## LISTED RECORDS:

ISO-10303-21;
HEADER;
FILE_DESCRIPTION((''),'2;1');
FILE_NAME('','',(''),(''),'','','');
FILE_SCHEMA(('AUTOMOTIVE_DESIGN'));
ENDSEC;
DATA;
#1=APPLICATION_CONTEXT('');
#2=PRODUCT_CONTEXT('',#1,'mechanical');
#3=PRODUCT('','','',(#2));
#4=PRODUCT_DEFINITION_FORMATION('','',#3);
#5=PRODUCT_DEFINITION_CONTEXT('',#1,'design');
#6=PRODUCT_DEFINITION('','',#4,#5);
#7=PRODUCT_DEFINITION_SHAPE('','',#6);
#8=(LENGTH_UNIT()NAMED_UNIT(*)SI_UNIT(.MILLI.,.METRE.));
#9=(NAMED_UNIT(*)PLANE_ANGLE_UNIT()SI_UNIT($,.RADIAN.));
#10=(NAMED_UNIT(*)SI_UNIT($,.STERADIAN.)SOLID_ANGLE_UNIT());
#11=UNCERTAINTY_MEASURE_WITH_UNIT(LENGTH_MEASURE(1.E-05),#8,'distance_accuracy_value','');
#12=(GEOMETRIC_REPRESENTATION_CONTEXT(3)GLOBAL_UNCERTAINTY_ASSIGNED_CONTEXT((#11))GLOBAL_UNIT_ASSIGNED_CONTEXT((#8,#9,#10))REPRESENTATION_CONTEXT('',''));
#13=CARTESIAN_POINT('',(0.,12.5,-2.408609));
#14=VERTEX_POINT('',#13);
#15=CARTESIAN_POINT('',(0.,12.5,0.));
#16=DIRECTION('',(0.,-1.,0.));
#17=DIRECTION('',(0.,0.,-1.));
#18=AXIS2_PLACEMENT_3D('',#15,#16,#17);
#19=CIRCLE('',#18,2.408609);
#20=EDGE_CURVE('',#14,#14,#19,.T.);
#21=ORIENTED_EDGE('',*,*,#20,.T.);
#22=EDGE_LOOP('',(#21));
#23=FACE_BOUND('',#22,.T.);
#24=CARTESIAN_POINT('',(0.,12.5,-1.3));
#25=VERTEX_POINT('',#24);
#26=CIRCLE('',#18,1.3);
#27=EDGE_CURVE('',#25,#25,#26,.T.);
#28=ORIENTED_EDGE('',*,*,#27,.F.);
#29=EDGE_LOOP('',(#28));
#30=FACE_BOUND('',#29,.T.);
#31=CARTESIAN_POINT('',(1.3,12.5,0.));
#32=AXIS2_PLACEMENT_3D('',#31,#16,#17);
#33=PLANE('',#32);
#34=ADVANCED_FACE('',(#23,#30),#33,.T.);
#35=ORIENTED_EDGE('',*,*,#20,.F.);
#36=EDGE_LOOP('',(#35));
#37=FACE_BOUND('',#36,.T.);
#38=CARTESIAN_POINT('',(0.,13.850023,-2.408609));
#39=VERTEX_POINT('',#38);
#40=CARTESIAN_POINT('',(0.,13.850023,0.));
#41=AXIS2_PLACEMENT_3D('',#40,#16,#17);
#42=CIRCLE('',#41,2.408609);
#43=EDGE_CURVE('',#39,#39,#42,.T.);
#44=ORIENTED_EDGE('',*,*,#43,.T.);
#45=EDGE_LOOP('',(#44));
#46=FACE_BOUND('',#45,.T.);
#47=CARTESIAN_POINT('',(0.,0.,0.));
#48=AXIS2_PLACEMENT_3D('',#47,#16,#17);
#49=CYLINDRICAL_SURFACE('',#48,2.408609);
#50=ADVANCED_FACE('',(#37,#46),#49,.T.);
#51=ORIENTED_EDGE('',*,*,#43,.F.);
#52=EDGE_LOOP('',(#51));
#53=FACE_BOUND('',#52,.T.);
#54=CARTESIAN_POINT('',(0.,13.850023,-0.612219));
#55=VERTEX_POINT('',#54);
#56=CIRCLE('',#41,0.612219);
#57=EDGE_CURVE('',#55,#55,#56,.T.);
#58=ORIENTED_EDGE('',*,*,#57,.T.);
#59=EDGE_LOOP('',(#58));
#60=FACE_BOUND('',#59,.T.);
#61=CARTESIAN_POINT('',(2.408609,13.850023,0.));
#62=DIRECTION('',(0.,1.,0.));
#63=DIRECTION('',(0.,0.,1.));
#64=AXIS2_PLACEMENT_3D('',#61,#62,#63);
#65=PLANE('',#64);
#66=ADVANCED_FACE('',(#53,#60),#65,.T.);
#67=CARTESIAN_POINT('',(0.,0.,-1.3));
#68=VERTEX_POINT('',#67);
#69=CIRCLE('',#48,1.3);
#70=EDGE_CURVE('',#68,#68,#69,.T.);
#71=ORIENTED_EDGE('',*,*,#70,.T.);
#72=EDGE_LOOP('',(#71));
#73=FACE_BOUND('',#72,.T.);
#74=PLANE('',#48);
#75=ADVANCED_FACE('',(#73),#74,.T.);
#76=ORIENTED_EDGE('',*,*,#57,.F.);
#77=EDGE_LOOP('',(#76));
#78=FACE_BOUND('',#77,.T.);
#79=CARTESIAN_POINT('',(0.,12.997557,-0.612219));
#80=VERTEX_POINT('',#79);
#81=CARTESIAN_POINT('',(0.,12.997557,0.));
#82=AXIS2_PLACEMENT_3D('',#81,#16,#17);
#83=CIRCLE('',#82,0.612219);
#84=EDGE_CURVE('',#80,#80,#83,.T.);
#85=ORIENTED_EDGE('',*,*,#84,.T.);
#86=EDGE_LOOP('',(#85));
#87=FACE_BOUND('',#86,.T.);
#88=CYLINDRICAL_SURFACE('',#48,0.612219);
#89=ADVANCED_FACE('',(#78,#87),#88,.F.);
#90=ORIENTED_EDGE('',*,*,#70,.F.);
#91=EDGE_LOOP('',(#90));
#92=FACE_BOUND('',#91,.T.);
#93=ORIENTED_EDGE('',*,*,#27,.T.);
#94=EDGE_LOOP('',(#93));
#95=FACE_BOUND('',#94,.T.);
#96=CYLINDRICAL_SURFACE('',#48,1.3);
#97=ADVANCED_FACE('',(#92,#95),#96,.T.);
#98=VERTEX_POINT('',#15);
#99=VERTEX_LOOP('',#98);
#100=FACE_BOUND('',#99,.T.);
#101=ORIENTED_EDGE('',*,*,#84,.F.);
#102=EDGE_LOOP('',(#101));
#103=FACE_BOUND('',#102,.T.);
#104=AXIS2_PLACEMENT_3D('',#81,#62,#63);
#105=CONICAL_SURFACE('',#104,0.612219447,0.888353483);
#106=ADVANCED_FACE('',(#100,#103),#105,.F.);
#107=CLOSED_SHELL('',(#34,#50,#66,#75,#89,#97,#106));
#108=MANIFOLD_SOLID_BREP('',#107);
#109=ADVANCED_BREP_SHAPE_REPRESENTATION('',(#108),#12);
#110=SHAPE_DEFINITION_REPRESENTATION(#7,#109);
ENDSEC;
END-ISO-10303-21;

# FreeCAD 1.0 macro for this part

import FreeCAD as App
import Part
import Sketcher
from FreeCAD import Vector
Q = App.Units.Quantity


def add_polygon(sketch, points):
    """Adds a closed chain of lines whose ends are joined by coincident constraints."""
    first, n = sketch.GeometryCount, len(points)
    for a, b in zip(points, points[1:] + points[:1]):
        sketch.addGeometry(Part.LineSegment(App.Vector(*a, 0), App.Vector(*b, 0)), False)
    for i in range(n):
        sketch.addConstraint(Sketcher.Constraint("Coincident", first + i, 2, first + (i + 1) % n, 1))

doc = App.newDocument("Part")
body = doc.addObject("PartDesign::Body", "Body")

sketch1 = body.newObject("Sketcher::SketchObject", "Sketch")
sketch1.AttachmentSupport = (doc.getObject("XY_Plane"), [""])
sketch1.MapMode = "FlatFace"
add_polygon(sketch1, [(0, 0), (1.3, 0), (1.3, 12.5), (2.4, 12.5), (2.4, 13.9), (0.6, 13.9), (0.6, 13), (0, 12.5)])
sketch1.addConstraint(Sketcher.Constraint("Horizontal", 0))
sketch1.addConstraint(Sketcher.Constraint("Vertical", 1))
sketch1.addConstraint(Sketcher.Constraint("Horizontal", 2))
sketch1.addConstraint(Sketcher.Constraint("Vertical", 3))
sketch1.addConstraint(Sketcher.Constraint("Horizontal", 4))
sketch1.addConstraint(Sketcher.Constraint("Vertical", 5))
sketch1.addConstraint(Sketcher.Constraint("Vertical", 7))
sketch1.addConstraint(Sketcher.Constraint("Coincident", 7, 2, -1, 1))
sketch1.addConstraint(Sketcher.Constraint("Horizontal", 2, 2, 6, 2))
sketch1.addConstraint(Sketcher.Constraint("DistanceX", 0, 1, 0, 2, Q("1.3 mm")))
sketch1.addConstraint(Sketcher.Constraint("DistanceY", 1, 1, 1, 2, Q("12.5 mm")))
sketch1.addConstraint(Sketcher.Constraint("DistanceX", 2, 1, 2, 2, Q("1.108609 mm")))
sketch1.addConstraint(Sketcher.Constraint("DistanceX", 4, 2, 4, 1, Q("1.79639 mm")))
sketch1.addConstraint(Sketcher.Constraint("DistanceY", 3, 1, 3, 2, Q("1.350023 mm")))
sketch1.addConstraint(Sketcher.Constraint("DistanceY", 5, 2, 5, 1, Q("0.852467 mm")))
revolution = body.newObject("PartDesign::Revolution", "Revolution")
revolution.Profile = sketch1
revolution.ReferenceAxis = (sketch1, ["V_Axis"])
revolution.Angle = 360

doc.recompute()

## YOUR GOAL:
The lines above, starting at the one with "#7=PRODUCT_DEFINITION_SHAPE('','',#6);" and ending at the one with "#15=CARTESIAN_POINT('',(0.,12.5,0.));", are the only ones to return, exactly as written.

## TASK SOLUTION:
#7=PRODUCT_DEFINITION_SHAPE('','',#6);
#8=(LENGTH_UNIT()NAMED_UNIT(*)SI_UNIT(.MILLI.,.METRE.));
#9=(NAMED_UNIT(*)PLANE_ANGLE_UNIT()SI_UNIT($,.RADIAN.));
#10=(NAMED_UNIT(*)SI_UNIT($,.STERADIAN.)SOLID_ANGLE_UNIT());
#11=UNCERTAINTY_MEASURE_WITH_UNIT(LENGTH_MEASURE(1.E-05),#8,'distance_accuracy_value','');
#12=(GEOMETRIC_REPRESENTATION_CONTEXT(3)GLOBAL_UNCERTAINTY_ASSIGNED_CONTEXT((#11))GLOBAL_UNIT_ASSIGNED_CONTEXT((#8,#9,#10))REPRESENTATION_CONTEXT('',''));
#13=CARTESIAN_POINT('',(0.,12.5,-2.408609));
#14=VERTEX_POINT('',#13);
#15=CARTESIAN_POINT('',(0.,12.5,0.));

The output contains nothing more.